Swiss farmer and politician

Pierre-André Page (/fr/; born 19 April 1960) is a Swiss farmer and politician who serves in the National Council as a member of Swiss People's Party since 2015. Prior to his tenure in the National Council he was a member of the Grand Council of Fribourg from 1996 to 2015.

==Early life and education==
Pierre-André Page was born in Riaz, Switzerland, on 19 April 1960, to Camilla Page-Baumgartner. He operates a 62-hectare dairy farm. He received a federal certificate of proficiency from the Agricultural School in Grangeneuve. He graduated with a Master's degree in agriculture in 1986.

==Career==
In Châtonnaye, Page was a councillor from 1991 to 1996, deputy mayor from 1996 to 2001, and mayor from 2001 to 2006. He was a member of the Grand Council of Fribourg from 1996 to 2015, and chaired it in 2009. He is a member of the Swiss People's Party.

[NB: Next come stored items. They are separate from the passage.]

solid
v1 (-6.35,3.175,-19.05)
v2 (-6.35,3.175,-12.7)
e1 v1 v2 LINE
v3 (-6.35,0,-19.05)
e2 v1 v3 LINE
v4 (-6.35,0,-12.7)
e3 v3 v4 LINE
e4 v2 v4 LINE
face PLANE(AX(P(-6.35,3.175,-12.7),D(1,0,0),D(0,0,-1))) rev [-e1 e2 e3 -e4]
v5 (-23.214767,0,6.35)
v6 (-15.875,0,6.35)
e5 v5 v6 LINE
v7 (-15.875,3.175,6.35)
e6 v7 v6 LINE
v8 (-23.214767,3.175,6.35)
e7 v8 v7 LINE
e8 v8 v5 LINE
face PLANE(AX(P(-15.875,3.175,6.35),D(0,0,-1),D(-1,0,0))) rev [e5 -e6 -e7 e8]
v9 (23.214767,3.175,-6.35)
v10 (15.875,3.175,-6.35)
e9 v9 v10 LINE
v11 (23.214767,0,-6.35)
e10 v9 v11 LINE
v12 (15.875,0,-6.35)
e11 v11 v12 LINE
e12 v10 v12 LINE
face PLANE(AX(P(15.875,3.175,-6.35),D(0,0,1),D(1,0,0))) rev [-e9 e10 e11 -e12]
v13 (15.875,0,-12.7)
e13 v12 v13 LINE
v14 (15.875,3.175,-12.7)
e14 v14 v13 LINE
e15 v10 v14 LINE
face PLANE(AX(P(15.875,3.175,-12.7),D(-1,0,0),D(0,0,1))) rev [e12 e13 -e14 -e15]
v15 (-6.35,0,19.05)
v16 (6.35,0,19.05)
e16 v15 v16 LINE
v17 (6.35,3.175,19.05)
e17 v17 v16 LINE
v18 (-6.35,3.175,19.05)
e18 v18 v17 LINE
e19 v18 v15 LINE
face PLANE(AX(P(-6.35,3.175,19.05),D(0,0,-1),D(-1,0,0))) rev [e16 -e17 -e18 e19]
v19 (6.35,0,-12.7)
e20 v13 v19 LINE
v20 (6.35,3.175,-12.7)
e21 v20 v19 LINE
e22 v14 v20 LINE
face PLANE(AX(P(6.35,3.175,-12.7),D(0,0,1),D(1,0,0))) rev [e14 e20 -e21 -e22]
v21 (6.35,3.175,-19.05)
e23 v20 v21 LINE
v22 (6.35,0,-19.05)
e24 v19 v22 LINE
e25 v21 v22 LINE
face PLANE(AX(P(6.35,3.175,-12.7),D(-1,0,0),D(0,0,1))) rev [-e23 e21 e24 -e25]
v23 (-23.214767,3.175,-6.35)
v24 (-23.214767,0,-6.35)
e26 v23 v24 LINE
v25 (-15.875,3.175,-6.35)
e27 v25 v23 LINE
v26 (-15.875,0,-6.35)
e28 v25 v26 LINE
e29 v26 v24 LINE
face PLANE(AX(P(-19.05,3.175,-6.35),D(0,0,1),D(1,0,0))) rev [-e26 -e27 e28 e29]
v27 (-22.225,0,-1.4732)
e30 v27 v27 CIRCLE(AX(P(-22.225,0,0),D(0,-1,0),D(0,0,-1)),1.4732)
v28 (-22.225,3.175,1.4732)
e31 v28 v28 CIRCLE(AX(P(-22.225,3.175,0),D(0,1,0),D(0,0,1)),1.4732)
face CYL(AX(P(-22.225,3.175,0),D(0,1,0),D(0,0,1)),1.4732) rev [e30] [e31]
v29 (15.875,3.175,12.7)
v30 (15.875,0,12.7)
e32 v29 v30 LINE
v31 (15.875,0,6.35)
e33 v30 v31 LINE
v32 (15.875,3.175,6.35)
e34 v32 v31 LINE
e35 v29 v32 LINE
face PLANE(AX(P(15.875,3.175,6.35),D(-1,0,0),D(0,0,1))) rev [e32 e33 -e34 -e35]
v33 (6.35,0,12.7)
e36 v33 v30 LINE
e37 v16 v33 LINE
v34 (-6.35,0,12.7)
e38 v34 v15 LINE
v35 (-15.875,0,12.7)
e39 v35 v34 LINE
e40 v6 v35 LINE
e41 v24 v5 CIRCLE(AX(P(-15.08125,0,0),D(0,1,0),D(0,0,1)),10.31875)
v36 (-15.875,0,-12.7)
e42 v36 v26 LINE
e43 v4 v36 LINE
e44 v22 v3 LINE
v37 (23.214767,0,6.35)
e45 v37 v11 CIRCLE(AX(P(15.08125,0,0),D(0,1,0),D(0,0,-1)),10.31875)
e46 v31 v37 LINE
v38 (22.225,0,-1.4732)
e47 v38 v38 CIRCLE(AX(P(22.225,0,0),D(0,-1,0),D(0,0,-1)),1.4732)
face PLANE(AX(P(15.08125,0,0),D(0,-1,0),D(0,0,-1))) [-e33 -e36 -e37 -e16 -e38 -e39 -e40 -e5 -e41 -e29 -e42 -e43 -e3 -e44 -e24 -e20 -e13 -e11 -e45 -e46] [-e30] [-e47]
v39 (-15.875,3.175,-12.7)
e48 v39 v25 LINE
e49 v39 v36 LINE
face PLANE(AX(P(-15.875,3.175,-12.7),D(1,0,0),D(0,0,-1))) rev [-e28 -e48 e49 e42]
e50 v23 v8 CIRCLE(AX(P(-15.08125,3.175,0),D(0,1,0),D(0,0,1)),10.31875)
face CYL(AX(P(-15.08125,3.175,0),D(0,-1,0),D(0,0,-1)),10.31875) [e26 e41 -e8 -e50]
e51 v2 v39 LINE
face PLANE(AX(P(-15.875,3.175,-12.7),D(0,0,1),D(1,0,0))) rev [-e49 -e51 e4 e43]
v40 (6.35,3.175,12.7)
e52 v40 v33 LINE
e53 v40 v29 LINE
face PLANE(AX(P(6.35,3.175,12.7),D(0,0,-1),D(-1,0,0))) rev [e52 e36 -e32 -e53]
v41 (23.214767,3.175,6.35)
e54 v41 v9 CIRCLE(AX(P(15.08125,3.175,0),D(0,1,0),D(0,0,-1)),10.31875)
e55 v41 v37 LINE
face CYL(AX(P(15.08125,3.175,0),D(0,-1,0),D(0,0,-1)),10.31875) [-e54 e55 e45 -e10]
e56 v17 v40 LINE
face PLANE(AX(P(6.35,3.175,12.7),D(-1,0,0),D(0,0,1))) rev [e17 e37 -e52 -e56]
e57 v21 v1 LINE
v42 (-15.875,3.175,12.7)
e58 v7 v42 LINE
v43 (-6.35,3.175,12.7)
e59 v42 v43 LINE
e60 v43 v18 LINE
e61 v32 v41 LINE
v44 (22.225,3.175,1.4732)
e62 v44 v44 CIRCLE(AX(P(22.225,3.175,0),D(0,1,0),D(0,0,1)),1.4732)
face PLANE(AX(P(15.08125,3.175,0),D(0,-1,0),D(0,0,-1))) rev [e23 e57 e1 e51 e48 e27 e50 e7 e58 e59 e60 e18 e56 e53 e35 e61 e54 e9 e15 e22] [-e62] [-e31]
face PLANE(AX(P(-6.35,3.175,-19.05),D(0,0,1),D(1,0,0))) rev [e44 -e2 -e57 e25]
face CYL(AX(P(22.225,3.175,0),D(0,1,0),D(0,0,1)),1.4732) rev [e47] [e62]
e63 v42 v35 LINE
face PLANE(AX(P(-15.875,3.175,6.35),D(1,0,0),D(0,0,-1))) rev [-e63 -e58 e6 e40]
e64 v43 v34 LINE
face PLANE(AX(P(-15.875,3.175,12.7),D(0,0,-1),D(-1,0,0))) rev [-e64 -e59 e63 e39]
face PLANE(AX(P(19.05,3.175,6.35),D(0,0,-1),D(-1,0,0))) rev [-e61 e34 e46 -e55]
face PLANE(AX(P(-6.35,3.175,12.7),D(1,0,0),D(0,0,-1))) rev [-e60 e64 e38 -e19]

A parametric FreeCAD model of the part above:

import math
import FreeCAD as App
import Part
import Sketcher

V = App.Vector
Q = App.Units.Quantity

doc = App.newDocument("Part")
body = doc.addObject("PartDesign::Body", "Body")

sketch1 = doc.addObject("Sketcher::SketchObject", "Sketch")
body.addObject(sketch1)
sketch1.AttachmentSupport = (doc.XZ_Plane, [""])
sketch1.MapMode = "FlatFace"
sketch1.addGeometry(Part.LineSegment(V(-6, -13, 0), V(-16, -13, 0)), False)
sketch1.addGeometry(Part.LineSegment(V(-16, -13, 0), V(-16, -6, 0)), False)
sketch1.addGeometry(Part.LineSegment(V(-16, -6, 0), V(-23, -6, 0)), False)
sketch1.addGeometry(Part.ArcOfCircle(Part.Circle(V(-15, 0, 0), V(0, 0, 1), 10), math.radians(142), math.radians(218)), False)
sketch1.addGeometry(Part.LineSegment(V(-23, 6, 0), V(-16, 6, 0)), False)
sketch1.addGeometry(Part.LineSegment(V(-16, 6, 0), V(-16, 13, 0)), False)
sketch1.addGeometry(Part.LineSegment(V(-16, 13, 0), V(-6, 13, 0)), False)
sketch1.addGeometry(Part.LineSegment(V(-6, 13, 0), V(-6, 19, 0)), False)
sketch1.addGeometry(Part.LineSegment(V(-6, 19, 0), V(6, 19, 0)), False)
sketch1.addGeometry(Part.LineSegment(V(6, 19, 0), V(6, 13, 0)), False)
sketch1.addGeometry(Part.LineSegment(V(6, 13, 0), V(16, 13, 0)), False)
sketch1.addGeometry(Part.LineSegment(V(16, 13, 0), V(16, 6, 0)), False)
sketch1.addGeometry(Part.LineSegment(V(16, 6, 0), V(23, 6, 0)), False)
sketch1.addGeometry(Part.ArcOfCircle(Part.Circle(V(15, 0, 0), V(0, 0, 1), 10), math.radians(-38), math.radians(38)), False)
sketch1.addGeometry(Part.LineSegment(V(23, -6, 0), V(16, -6, 0)), False)
sketch1.addGeometry(Part.LineSegment(V(16, -6, 0), V(16, -13, 0)), False)
sketch1.addGeometry(Part.LineSegment(V(16, -13, 0), V(6, -13, 0)), False)
sketch1.addGeometry(Part.LineSegment(V(6, -13, 0), V(6, -19, 0)), False)
sketch1.addGeometry(Part.LineSegment(V(6, -19, 0), V(-6, -19, 0)), False)
sketch1.addGeometry(Part.LineSegment(V(-6, -19, 0), V(-6, -13, 0)), False)
sketch1.addConstraint(Sketcher.Constraint("Coincident", 0, 2, 1, 1))
sketch1.addConstraint(Sketcher.Constraint("Coincident", 1, 2, 2, 1))
sketch1.addConstraint(Sketcher.Constraint("Coincident", 2, 2, 3, 2))
sketch1.addConstraint(Sketcher.Constraint("Coincident", 3, 1, 4, 1))
sketch1.addConstraint(Sketcher.Constraint("Coincident", 4, 2, 5, 1))
sketch1.addConstraint(Sketcher.Constraint("Coincident", 5, 2, 6, 1))
sketch1.addConstraint(Sketcher.Constraint("Coincident", 6, 2, 7, 1))
sketch1.addConstraint(Sketcher.Constraint("Coincident", 7, 2, 8, 1))
sketch1.addConstraint(Sketcher.Constraint("Coincident", 8, 2, 9, 1))
sketch1.addConstraint(Sketcher.Constraint("Coincident", 9, 2, 10, 1))
sketch1.addConstraint(Sketcher.Constraint("Coincident", 10, 2, 11, 1))
sketch1.addConstraint(Sketcher.Constraint("Coincident", 11, 2, 12, 1))
sketch1.addConstraint(Sketcher.Constraint("Coincident", 12, 2, 13, 2))
sketch1.addConstraint(Sketcher.Constraint("Coincident", 13, 1, 14, 1))
sketch1.addConstraint(Sketcher.Constraint("Coincident", 14, 2, 15, 1))
sketch1.addConstraint(Sketcher.Constraint("Coincident", 15, 2, 16, 1))
sketch1.addConstraint(Sketcher.Constraint("Coincident", 16, 2, 17, 1))
sketch1.addConstraint(Sketcher.Constraint("Coincident", 17, 2, 18, 1))
sketch1.addConstraint(Sketcher.Constraint("Coincident", 18, 2, 19, 1))
sketch1.addConstraint(Sketcher.Constraint("Coincident", 19, 2, 0, 1))
sketch1.addConstraint(Sketcher.Constraint("Horizontal", 0))
sketch1.addConstraint(Sketcher.Constraint("Vertical", 1))
sketch1.addConstraint(Sketcher.Constraint("Horizontal", 2))
sketch1.addConstraint(Sketcher.Constraint("Horizontal", 4))
sketch1.addConstraint(Sketcher.Constraint("Vertical", 5))
sketch1.addConstraint(Sketcher.Constraint("Horizontal", 6))
sketch1.addConstraint(Sketcher.Constraint("Vertical", 7))
sketch1.addConstraint(Sketcher.Constraint("Horizontal", 8))
sketch1.addConstraint(Sketcher.Constraint("Vertical", 9))
sketch1.addConstraint(Sketcher.Constraint("Horizontal", 10))
sketch1.addConstraint(Sketcher.Constraint("Vertical", 11))
sketch1.addConstraint(Sketcher.Constraint("Horizontal", 12))
sketch1.addConstraint(Sketcher.Constraint("Horizontal", 14))
sketch1.addConstraint(Sketcher.Constraint("Vertical", 15))
sketch1.addConstraint(Sketcher.Constraint("Horizontal", 16))
sketch1.addConstraint(Sketcher.Constraint("Vertical", 17))
sketch1.addConstraint(Sketcher.Constraint("Horizontal", 18))
sketch1.addConstraint(Sketcher.Constraint("Vertical", 19))
sketch1.addConstraint(Sketcher.Constraint("Equal", 3, 13))
sketch1.addConstraint(Sketcher.Constraint("Symmetric", 3, 3, 13, 3, -1, 1))
sketch1.addConstraint(Sketcher.Constraint("Symmetric", 0, 2, 10, 2, -1, 1))
sketch1.addConstraint(Sketcher.Constraint("Symmetric", 4, 2, 14, 2, -1, 1))
sketch1.addConstraint(Sketcher.Constraint("Symmetric", 6, 2, 16, 2, -1, 1))
sketch1.addConstraint(Sketcher.Constraint("Symmetric", 8, 2, 18, 2, -1, 1))
sketch1.addConstraint(Sketcher.Constraint("Symmetric", 6, 2, 9, 2, -2))
sketch1.addConstraint(Sketcher.Constraint("Symmetric", 4, 2, 11, 2, -2))
sketch1.addConstraint(Sketcher.Constraint("Symmetric", 2, 2, 13, 1, -2))
sketch1.addConstraint(Sketcher.Constraint("Equal", 5, 7))
sketch1.addConstraint(Sketcher.Constraint("DistanceX", 8, 1, 8, 2, Q("0.5 in")))
sketch1.addConstraint(Sketcher.Constraint("Radius", 3, Q("0.40625 in")))
sketch1.addConstraint(Sketcher.Constraint("DistanceY", 1, 1, 1, 2, Q("0.25 in")))
sketch1.addConstraint(Sketcher.Constraint("DistanceY", 0, 2, -1, 1, Q("0.5 in")))
sketch1.addConstraint(Sketcher.Constraint("DistanceX", 0, 2, 0, 1, Q("0.375 in")))
sketch1.addConstraint(Sketcher.Constraint("DistanceX", 3, 3, -1, 1, Q("0.59375 in")))
pad1 = doc.addObject("PartDesign::Pad", "Pad")
body.addObject(pad1)
pad1.Profile = sketch1
pad1.Length = Q("0.125 in")
pad1.Reversed = True

sketch2 = doc.addObject("Sketcher::SketchObject", "Sketch001")
body.addObject(sketch2)
sketch2.AttachmentSupport = (doc.XZ_Plane, [""])
sketch2.MapMode = "FlatFace"
sketch2.AttachmentOffset = App.Placement(V(0, 0, -0.125 * 25.4), App.Rotation())
sketch2.addGeometry(Part.Circle(V(22.2, 0, 0), V(0, 0, 1), 1.5), False)
sketch2.addGeometry(Part.Circle(V(-22.2, 0, 0), V(0, 0, 1), 1.5), False)
sketch2.addConstraint(Sketcher.Constraint("Equal", 0, 1))
sketch2.addConstraint(Sketcher.Constraint("Symmetric", 0, 3, 1, 3, -1, 1))
sketch2.addConstraint(Sketcher.Constraint("PointOnObject", 0, 3, -1))
sketch2.addConstraint(Sketcher.Constraint("Diameter", 0, Q("0.116 in")))
sketch2.addConstraint(Sketcher.Constraint("DistanceX", 1, 3, 0, 3, Q("1.75 in")))
doc.recompute()
hole = doc.addObject("PartDesign::Hole", "Hole")
body.addObject(hole)
hole.Profile = sketch2
hole.ThreadType = "None"
hole.Diameter = Q("0.116 in")
hole.DepthType = "Dimension"
hole.Depth = Q("0.25 in")
hole.DrillPoint = "Angled"
hole.DrillPointAngle = 118
hole.Reversed = True

doc.recompute()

In the 2007 election Page was a candidate for the National Council. In the 2015 and 2019 elections he was elected to the National Council. From 2 December 2019 to 14 December 2023, he was the president of the Commission of Pardons. He is currently the First Vice President of the National Council.

==Personal life==
Page married Isabelle Roth, with whom he had three children. He played the euphonium and baritone horn in L'Echo des Roches, a village brass band, from 1972 to 2018.

==Political positions==
Page opposes funding for UNRWA and accuses it of supporting terrorist organisations. He is a member of a committee seeking to place a referendum onto the ballot that would enshrine Swiss neutrality into the constitution.